Prompt -
Your answer should be the lines below from the one with "f 311 306 170" to the one with "f 201 345 342", both included, given again exactly and with nothing added.

(Source data begins)

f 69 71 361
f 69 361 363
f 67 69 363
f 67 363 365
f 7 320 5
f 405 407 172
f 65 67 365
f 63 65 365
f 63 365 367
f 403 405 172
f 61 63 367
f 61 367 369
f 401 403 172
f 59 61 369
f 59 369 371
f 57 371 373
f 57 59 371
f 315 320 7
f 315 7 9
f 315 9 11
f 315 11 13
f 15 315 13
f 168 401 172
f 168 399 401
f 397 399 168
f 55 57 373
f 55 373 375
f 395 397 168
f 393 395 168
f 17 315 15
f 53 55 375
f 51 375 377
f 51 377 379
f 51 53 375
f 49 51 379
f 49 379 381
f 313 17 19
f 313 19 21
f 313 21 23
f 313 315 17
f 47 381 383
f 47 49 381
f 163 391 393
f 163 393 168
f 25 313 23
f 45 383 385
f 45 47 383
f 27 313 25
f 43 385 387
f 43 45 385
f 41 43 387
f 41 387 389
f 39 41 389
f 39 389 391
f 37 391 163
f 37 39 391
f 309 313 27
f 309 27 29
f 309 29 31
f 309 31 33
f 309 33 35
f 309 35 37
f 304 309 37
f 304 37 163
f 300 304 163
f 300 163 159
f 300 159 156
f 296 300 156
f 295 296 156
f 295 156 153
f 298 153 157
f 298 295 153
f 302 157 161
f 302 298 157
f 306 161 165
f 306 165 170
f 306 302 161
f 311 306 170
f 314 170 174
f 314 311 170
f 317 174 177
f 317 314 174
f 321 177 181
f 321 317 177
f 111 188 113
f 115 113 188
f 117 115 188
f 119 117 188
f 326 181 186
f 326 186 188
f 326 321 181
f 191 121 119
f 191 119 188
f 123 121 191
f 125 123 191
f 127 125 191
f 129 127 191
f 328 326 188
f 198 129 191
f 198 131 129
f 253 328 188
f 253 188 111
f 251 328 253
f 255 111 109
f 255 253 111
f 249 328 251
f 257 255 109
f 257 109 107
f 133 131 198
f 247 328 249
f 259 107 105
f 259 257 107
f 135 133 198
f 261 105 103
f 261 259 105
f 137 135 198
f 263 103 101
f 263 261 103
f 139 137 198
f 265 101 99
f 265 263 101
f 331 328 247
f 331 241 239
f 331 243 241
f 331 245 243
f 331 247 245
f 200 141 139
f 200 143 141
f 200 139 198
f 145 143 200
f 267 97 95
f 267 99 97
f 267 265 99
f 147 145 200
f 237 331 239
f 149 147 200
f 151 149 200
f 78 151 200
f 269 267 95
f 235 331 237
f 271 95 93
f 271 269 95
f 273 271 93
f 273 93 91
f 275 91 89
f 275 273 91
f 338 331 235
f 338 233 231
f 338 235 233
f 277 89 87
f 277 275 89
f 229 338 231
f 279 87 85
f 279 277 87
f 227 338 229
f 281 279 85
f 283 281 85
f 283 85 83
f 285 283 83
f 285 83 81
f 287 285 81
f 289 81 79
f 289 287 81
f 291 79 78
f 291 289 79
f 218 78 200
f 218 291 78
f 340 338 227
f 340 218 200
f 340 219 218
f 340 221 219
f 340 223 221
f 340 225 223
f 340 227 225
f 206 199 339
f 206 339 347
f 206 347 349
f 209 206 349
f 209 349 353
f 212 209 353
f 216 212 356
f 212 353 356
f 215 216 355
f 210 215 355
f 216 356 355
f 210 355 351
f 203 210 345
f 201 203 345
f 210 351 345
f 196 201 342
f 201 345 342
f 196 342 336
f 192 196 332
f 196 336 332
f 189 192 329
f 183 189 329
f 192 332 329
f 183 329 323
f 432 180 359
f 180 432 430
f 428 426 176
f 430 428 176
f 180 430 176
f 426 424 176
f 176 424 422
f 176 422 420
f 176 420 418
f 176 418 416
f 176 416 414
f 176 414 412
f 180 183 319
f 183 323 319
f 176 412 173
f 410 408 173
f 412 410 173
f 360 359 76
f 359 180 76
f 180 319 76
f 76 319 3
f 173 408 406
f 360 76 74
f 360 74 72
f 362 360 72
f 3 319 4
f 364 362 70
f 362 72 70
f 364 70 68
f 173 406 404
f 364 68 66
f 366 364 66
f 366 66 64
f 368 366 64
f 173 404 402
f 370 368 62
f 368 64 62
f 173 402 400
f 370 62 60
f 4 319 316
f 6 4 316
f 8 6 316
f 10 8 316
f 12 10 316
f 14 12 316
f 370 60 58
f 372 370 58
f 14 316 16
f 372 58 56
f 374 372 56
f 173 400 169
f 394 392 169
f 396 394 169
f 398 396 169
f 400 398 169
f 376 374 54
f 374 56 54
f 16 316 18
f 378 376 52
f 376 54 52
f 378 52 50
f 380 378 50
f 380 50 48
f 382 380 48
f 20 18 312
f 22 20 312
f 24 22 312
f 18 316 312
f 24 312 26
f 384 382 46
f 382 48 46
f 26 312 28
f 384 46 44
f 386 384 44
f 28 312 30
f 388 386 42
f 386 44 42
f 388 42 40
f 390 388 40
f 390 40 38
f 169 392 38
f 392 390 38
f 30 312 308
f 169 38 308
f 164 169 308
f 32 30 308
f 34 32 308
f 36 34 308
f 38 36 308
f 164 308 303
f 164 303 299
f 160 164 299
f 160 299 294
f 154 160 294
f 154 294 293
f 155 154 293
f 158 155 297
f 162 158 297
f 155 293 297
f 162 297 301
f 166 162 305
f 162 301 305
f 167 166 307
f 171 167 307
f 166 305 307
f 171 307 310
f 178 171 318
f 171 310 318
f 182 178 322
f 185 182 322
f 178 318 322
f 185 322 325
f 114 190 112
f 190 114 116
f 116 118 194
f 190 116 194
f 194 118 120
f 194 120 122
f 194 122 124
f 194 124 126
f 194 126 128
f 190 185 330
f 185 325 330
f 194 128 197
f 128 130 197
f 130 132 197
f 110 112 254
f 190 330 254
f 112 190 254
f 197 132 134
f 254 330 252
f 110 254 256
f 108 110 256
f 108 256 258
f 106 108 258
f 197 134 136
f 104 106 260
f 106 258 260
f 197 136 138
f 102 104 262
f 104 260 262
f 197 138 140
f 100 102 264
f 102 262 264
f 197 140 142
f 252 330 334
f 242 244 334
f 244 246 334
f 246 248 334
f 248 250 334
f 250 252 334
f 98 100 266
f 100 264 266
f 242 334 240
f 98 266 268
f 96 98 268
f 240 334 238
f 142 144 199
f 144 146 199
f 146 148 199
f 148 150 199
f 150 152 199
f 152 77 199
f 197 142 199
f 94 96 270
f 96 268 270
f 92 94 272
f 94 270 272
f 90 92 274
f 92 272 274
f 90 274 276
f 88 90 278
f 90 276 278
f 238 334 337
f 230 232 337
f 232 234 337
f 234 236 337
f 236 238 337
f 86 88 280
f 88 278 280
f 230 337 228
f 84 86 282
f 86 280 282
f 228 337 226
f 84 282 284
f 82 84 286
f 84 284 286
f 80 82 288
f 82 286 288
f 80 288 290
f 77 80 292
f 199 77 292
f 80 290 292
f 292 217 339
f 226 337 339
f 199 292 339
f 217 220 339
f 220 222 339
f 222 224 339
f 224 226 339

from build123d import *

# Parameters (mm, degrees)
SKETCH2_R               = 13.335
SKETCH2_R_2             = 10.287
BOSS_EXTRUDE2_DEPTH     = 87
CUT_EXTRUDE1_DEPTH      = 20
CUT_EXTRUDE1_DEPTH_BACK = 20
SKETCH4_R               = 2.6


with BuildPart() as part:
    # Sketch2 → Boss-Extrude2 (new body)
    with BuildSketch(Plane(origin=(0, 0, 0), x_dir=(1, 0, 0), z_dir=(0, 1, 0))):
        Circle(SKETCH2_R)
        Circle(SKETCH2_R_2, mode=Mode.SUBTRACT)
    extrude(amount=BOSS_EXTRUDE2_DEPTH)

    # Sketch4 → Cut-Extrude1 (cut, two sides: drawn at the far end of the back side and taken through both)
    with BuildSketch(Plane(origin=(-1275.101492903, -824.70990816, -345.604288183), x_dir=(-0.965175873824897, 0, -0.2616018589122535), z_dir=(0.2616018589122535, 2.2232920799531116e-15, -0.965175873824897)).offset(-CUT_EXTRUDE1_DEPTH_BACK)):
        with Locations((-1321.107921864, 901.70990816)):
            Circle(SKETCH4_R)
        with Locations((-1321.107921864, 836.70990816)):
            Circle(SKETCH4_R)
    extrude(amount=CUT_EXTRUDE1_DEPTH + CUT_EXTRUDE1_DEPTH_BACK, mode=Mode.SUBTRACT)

(Source data ends)

Worked solution -
f 311 306 170
f 314 170 174
f 314 311 170
f 317 174 177
f 317 314 174
f 321 177 181
f 321 317 177
f 111 188 113
f 115 113 188
f 117 115 188
f 119 117 188
f 326 181 186
f 326 186 188
f 326 321 181
f 191 121 119
f 191 119 188
f 123 121 191
f 125 123 191
f 127 125 191
f 129 127 191
f 328 326 188
f 198 129 191
f 198 131 129
f 253 328 188
f 253 188 111
f 251 328 253
f 255 111 109
f 255 253 111
f 249 328 251
f 257 255 109
f 257 109 107
f 133 131 198
f 247 328 249
f 259 107 105
f 259 257 107
f 135 133 198
f 261 105 103
f 261 259 105
f 137 135 198
f 263 103 101
f 263 261 103
f 139 137 198
f 265 101 99
f 265 263 101
f 331 328 247
f 331 241 239
f 331 243 241
f 331 245 243
f 331 247 245
f 200 141 139
f 200 143 141
f 200 139 198
f 145 143 200
f 267 97 95
f 267 99 97
f 267 265 99
f 147 145 200
f 237 331 239
f 149 147 200
f 151 149 200
f 78 151 200
f 269 267 95
f 235 331 237
f 271 95 93
f 271 269 95
f 273 271 93
f 273 93 91
f 275 91 89
f 275 273 91
f 338 331 235
f 338 233 231
f 338 235 233
f 277 89 87
f 277 275 89
f 229 338 231
f 279 87 85
f 279 277 87
f 227 338 229
f 281 279 85
f 283 281 85
f 283 85 83
f 285 283 83
f 285 83 81
f 287 285 81
f 289 81 79
f 289 287 81
f 291 79 78
f 291 289 79
f 218 78 200
f 218 291 78
f 340 338 227
f 340 218 200
f 340 219 218
f 340 221 219
f 340 223 221
f 340 225 223
f 340 227 225
f 206 199 339
f 206 339 347
f 206 347 349
f 209 206 349
f 209 349 353
f 212 209 353
f 216 212 356
f 212 353 356
f 215 216 355
f 210 215 355
f 216 356 355
f 210 355 351
f 203 210 345
f 201 203 345
f 210 351 345
f 196 201 342
f 201 345 342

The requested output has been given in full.